_TRY IT_
Only the lines from the beginning of the data below through the line containing "f 266 265 190" belong in the response, each copied exactly.

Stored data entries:
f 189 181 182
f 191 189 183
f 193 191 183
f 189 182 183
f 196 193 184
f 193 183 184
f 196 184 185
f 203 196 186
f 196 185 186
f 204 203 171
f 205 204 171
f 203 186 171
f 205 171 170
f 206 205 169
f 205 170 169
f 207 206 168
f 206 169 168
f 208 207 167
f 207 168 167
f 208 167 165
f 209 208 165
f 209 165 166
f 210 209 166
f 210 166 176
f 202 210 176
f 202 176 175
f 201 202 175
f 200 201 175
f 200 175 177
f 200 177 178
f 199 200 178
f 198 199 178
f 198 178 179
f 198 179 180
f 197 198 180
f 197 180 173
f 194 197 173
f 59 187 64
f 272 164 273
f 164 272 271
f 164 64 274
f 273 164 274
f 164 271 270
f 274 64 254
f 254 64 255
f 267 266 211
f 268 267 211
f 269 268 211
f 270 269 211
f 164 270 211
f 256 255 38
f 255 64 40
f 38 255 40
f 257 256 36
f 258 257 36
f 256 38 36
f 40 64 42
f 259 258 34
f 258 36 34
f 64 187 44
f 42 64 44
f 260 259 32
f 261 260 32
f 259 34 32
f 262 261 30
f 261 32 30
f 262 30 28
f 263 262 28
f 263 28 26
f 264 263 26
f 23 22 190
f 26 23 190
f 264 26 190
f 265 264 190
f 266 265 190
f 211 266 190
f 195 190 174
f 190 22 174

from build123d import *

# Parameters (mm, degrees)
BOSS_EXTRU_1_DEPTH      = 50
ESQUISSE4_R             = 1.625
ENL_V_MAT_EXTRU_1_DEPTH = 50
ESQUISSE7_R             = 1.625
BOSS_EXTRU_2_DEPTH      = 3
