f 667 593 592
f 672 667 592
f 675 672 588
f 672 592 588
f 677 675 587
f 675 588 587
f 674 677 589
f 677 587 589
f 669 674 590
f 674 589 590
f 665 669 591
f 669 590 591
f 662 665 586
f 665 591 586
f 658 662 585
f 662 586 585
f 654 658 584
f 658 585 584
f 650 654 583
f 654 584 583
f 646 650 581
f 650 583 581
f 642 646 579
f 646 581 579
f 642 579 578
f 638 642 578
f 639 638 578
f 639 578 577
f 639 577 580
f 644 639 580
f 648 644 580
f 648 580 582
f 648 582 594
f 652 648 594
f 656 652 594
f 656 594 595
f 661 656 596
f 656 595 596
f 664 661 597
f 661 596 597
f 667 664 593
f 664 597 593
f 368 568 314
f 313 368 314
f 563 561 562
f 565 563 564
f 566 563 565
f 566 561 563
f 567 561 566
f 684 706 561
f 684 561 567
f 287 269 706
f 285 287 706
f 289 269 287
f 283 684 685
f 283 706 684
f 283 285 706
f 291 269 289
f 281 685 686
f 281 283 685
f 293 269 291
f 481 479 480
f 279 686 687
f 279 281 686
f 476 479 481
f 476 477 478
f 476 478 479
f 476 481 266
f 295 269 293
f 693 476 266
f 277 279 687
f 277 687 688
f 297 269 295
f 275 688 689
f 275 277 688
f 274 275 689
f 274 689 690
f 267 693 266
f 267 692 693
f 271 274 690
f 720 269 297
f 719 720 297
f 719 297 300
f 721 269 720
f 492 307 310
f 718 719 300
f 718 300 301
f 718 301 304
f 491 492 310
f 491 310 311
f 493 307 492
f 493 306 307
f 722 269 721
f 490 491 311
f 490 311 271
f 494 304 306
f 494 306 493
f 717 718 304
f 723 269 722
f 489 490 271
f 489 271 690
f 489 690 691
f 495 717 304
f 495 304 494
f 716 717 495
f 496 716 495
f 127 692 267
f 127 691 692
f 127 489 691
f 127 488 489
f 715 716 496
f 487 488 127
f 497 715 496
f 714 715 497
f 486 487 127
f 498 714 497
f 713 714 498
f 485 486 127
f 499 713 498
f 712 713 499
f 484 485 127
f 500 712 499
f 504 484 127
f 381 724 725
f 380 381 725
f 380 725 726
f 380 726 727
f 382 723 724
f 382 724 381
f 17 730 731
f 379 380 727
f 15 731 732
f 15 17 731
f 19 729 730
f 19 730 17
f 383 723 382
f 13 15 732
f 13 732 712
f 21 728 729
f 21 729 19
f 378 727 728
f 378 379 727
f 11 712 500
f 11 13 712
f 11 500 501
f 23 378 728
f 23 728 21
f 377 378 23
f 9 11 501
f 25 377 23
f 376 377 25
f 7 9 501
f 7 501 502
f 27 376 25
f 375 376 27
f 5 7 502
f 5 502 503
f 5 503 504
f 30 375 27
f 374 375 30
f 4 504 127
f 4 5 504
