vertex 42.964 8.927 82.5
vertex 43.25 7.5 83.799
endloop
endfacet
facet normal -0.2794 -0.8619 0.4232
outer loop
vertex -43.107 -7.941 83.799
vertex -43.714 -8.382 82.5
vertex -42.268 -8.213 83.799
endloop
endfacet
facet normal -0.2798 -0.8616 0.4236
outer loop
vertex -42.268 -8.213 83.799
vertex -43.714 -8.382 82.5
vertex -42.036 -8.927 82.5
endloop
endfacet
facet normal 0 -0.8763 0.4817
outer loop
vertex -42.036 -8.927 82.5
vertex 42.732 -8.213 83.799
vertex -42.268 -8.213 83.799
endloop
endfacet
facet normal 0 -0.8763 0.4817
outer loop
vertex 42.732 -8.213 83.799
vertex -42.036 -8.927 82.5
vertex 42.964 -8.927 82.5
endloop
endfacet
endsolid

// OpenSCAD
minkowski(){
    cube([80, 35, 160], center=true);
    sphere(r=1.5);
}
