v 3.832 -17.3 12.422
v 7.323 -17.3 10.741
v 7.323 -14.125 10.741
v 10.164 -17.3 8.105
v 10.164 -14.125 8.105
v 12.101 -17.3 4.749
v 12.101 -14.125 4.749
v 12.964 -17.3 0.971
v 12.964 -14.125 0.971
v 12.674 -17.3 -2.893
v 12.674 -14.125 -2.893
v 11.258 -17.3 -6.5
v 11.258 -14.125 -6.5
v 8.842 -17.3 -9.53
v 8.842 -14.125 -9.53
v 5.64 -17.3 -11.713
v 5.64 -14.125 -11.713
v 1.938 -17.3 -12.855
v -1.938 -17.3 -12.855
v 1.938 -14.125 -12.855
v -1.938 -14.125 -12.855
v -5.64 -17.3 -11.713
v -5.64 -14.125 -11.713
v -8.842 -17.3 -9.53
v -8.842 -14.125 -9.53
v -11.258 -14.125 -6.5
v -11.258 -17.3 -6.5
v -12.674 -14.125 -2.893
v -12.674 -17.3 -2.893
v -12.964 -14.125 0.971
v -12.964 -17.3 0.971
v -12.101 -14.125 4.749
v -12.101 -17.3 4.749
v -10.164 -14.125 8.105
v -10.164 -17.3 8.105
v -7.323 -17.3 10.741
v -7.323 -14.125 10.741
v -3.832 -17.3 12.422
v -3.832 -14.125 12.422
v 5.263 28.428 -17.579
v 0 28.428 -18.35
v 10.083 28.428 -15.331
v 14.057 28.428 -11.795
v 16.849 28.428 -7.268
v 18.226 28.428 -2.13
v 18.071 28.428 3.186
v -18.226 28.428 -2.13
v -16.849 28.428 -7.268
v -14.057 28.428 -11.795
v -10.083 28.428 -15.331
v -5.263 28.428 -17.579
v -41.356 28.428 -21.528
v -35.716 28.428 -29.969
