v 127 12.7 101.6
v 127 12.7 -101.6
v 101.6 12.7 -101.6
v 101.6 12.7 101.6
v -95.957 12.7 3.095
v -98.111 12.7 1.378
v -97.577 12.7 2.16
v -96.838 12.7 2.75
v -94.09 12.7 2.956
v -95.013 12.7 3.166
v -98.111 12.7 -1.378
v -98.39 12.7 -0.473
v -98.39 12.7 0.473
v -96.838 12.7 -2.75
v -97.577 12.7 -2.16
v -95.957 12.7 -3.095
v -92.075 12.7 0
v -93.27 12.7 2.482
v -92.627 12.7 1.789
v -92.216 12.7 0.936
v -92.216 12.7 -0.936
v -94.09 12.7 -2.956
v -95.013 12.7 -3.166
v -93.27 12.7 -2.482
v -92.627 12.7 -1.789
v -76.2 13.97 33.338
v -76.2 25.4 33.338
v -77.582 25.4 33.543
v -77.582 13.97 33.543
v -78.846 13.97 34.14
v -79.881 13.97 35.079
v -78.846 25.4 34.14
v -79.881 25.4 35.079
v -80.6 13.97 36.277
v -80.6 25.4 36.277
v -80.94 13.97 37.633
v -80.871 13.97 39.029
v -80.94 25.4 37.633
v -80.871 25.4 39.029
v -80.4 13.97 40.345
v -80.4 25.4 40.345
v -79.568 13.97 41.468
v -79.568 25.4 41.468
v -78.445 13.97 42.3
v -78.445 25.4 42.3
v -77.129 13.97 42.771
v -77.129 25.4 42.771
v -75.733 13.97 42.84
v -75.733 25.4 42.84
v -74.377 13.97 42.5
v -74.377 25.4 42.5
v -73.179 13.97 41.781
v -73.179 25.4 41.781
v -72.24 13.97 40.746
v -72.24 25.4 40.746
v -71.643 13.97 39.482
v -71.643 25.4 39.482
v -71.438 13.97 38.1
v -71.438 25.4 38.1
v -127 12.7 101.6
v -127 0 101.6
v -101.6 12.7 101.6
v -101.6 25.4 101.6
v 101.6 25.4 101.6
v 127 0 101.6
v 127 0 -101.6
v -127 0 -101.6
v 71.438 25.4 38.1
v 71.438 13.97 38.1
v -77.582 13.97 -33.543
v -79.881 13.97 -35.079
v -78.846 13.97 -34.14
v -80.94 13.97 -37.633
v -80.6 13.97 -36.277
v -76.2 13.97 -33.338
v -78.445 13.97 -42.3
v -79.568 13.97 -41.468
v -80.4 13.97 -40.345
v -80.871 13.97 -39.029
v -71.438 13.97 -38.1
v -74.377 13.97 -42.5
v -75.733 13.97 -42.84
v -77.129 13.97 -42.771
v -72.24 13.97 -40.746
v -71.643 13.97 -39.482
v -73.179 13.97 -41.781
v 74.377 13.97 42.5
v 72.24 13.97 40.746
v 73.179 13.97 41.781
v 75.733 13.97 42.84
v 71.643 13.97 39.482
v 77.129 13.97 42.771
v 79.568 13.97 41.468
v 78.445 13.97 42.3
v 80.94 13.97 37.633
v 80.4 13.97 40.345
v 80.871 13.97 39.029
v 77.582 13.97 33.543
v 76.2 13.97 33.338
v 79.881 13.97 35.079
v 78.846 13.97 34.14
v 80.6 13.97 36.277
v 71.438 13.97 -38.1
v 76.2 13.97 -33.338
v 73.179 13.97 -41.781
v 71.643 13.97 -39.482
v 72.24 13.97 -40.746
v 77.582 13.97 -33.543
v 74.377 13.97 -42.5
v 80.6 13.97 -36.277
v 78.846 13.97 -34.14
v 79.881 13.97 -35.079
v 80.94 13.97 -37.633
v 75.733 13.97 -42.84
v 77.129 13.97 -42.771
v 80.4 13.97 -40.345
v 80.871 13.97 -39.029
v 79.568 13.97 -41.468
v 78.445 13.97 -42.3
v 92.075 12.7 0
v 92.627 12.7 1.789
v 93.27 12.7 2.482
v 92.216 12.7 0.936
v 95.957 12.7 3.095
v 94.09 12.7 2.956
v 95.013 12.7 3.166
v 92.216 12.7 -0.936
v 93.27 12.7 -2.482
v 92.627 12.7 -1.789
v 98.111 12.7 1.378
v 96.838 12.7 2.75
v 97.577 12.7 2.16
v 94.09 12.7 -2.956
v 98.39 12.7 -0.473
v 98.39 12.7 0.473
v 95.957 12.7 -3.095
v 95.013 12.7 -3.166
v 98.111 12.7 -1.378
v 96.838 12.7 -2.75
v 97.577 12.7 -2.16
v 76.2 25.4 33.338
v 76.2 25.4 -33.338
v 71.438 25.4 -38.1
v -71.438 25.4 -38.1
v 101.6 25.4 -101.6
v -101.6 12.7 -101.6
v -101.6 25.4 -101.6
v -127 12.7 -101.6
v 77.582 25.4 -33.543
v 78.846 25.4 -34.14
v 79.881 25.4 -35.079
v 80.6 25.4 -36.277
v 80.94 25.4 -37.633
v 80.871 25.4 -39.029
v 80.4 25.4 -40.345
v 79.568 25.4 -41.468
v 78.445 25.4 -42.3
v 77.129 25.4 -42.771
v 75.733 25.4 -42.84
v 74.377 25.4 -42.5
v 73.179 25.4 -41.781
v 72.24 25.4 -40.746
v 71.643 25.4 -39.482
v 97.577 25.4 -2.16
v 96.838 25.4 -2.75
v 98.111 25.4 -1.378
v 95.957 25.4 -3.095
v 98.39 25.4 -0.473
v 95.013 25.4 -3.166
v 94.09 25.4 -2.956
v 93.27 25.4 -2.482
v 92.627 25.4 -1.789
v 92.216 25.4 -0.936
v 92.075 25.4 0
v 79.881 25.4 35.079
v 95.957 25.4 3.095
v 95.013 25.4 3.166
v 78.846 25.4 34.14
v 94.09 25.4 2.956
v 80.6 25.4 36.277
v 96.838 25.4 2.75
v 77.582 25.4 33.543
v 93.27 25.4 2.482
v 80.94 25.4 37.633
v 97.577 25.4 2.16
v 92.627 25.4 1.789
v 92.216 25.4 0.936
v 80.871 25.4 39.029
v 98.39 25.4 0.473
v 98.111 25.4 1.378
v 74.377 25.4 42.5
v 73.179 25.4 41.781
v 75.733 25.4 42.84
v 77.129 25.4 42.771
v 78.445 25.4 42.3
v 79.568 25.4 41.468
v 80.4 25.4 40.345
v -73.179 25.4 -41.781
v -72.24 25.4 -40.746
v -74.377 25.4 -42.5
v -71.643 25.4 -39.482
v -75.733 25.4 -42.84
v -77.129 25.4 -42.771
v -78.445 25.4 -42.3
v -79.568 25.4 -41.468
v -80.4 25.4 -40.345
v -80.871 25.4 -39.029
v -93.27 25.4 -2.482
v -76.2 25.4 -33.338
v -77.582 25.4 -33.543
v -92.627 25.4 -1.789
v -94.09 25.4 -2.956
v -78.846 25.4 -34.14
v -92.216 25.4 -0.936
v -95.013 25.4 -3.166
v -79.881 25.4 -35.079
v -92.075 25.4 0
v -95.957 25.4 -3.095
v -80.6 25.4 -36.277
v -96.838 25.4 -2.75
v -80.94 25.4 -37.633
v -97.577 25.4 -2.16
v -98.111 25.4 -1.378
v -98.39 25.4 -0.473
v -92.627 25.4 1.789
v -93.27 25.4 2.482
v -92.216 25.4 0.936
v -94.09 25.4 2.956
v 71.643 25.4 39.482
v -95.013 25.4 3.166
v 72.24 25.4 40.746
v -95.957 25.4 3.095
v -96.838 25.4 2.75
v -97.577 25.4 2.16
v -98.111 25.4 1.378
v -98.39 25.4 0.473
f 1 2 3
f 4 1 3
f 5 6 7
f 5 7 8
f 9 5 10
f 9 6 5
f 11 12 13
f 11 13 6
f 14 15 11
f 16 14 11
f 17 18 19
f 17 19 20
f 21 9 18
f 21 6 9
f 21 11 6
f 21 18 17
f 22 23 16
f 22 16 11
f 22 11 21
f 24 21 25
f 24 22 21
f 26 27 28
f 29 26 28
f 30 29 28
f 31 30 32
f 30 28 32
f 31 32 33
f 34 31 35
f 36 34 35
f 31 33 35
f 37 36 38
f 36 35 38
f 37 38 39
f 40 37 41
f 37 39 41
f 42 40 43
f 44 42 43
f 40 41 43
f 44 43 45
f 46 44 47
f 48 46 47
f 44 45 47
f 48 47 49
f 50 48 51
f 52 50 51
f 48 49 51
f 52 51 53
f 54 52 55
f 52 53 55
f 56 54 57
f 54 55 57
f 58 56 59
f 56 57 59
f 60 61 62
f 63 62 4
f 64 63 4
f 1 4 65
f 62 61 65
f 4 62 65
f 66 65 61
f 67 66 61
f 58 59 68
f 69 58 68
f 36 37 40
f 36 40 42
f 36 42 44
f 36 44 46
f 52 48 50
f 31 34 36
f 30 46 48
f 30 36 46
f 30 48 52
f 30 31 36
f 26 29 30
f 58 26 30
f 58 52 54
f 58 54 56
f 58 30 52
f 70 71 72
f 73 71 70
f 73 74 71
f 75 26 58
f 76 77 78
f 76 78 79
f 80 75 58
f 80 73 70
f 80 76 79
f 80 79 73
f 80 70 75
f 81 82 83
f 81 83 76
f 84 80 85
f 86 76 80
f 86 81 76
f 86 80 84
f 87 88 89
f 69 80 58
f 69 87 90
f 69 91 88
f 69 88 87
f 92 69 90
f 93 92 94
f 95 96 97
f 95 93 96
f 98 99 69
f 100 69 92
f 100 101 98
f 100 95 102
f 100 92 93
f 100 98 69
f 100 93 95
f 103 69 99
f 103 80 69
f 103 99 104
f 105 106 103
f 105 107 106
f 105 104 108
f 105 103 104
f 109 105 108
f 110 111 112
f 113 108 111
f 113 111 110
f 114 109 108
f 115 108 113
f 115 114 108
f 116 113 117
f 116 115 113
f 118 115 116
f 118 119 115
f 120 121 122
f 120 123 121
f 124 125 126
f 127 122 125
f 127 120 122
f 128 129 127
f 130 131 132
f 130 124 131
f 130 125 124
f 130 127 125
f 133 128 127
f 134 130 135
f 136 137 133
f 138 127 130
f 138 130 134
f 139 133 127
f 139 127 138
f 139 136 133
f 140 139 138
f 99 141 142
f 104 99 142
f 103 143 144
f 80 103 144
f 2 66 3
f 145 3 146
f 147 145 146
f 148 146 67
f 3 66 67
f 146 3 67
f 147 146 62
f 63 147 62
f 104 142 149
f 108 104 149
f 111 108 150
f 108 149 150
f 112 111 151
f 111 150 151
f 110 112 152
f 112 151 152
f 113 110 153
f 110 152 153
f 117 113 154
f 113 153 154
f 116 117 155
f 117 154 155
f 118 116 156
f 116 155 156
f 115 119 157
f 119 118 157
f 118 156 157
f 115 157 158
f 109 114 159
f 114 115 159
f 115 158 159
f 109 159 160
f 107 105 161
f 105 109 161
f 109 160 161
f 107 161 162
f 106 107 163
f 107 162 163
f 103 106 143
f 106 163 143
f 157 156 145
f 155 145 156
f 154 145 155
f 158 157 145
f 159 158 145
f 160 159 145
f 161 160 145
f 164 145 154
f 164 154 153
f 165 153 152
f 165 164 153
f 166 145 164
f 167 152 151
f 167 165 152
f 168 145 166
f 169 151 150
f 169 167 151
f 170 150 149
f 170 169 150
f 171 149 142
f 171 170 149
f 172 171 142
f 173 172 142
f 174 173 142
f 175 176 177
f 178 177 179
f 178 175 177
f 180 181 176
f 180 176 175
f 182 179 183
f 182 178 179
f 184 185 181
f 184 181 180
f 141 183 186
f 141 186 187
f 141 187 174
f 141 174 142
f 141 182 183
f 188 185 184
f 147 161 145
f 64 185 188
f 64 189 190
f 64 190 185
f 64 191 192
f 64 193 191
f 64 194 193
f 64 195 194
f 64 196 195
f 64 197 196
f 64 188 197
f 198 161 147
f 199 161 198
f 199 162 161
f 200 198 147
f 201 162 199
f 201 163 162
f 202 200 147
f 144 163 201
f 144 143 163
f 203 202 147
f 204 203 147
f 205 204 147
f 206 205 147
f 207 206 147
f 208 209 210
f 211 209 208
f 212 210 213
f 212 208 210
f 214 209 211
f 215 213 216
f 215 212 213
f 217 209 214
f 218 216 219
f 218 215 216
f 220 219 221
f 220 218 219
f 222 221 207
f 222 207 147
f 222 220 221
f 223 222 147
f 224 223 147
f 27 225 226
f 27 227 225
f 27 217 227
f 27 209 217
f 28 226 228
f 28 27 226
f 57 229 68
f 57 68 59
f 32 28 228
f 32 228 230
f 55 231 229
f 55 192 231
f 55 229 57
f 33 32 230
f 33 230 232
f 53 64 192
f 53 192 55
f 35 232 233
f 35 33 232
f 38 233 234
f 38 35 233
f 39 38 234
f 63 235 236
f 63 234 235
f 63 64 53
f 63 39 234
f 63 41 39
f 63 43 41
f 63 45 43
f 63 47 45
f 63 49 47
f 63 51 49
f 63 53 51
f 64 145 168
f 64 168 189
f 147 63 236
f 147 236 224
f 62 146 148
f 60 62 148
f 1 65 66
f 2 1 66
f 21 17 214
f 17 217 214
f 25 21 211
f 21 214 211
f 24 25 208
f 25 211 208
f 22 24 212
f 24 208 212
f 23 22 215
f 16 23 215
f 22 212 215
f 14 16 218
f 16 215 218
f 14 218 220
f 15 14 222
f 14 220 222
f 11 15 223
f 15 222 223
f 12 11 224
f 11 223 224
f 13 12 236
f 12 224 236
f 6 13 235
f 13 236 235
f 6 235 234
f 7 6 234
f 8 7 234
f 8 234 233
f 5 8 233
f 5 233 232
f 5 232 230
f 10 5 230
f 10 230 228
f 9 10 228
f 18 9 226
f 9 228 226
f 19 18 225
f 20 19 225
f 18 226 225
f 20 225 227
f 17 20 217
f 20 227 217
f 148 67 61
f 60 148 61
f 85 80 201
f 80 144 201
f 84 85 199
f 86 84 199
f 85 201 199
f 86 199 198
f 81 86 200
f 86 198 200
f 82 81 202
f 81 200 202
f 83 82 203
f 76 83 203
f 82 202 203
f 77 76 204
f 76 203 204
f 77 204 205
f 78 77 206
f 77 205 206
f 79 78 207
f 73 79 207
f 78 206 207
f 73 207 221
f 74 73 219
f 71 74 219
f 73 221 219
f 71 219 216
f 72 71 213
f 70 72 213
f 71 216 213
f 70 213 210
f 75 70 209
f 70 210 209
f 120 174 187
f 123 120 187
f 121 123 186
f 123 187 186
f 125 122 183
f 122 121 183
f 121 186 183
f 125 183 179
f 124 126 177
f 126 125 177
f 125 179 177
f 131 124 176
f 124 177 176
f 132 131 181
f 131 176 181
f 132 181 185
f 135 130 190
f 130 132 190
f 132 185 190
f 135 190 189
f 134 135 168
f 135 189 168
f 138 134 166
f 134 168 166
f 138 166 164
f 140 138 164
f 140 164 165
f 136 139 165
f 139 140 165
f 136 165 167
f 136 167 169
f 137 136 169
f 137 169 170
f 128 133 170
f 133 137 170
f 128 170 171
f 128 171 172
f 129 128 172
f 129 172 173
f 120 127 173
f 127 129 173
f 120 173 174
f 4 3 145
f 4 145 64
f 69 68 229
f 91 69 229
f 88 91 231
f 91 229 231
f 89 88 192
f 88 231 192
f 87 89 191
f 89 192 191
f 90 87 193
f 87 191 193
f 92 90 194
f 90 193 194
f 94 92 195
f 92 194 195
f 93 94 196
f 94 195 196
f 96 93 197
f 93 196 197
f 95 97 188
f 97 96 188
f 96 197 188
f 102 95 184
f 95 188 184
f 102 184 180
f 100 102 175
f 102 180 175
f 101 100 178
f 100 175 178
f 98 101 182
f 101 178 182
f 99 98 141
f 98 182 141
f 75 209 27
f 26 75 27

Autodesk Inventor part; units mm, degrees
ref_plane "YZ Plane" through (0, 0, 0) normal (1, 0, 0) x (0, 1, 0)
ref_plane "XZ Plane" through (0, 0, 0) normal (0, 1, 0) x (-1, 0, 0)
ref_plane "XY Plane" through (0, 0, 0) normal (0, 0, 1) x (1, 0, 0)
sketch "Sketch1" plane through (0, 0, 0) normal (0, 1, 0) x (-1, 0, 0)
  line L0 (127, 101.6) -> (101.6, 101.6)
  line L1 (-127, 101.6) -> (-127, -101.6)
  line L2 (-127, -101.6) -> (-101.6, -101.6)
  line L3 (127, -101.6) -> (127, 101.6)
  line L4 (127, 101.6) -> (-127, -101.6) construction
  line L5 (-127, 101.6) -> (127, -101.6) construction
  line L6 (127, -101.6) -> (101.6, -101.6)
  line L7 (101.6, -101.6) -> (101.6, 101.6)
  line L8 (101.6, 101.6) -> (127, 101.6)
  line L9 (127, 101.6) -> (127, -101.6)
  line L10 (-127, -101.6) -> (-101.6, -101.6)
  line L11 (-101.6, -101.6) -> (-101.6, 101.6)
  line L12 (-101.6, 101.6) -> (-127, 101.6)
  line L13 (-127, 101.6) -> (-127, -101.6)
  line L14 (101.6, -101.6) -> (127, -101.6)
  line L15 (101.6, 101.6) -> (-101.6, 101.6)
  line L16 (-101.6, 101.6) -> (-127, 101.6)
  line L17 (-101.6, -101.6) -> (101.6, -101.6)
  point P0 (0, 0)
  dimension "d0" = 254
  dimension "d1" = 203.2
  dimension "d2" = 25.4
  dimension "d3" = 25.4
extrude "Extrusion1" add sketch "Sketch1" along normal blind 25.4 contours L7 L17 L11 L15
extrude "Extrusion2" add sketch "Sketch1" along normal blind 12.7 contours L3 L6 L7 L0 | L11 L2 L1 L12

_FINISHED TASK_
f 189 181 182
f 191 189 183
f 193 191 183
f 189 182 183
f 196 193 184
f 193 183 184
f 196 184 185
f 203 196 186
f 196 185 186
f 204 203 171
f 205 204 171
f 203 186 171
f 205 171 170
f 206 205 169
f 205 170 169
f 207 206 168
f 206 169 168
f 208 207 167
f 207 168 167
f 208 167 165
f 209 208 165
f 209 165 166
f 210 209 166
f 210 166 176
f 202 210 176
f 202 176 175
f 201 202 175
f 200 201 175
f 200 175 177
f 200 177 178
f 199 200 178
f 198 199 178
f 198 178 179
f 198 179 180
f 197 198 180
f 197 180 173
f 194 197 173
f 59 187 64
f 272 164 273
f 164 272 271
f 164 64 274
f 273 164 274
f 164 271 270
f 274 64 254
f 254 64 255
f 267 266 211
f 268 267 211
f 269 268 211
f 270 269 211
f 164 270 211
f 256 255 38
f 255 64 40
f 38 255 40
f 257 256 36
f 258 257 36
f 256 38 36
f 40 64 42
f 259 258 34
f 258 36 34
f 64 187 44
f 42 64 44
f 260 259 32
f 261 260 32
f 259 34 32
f 262 261 30
f 261 32 30
f 262 30 28
f 263 262 28
f 263 28 26
f 264 263 26
f 23 22 190
f 26 23 190
f 264 26 190
f 265 264 190
f 266 265 190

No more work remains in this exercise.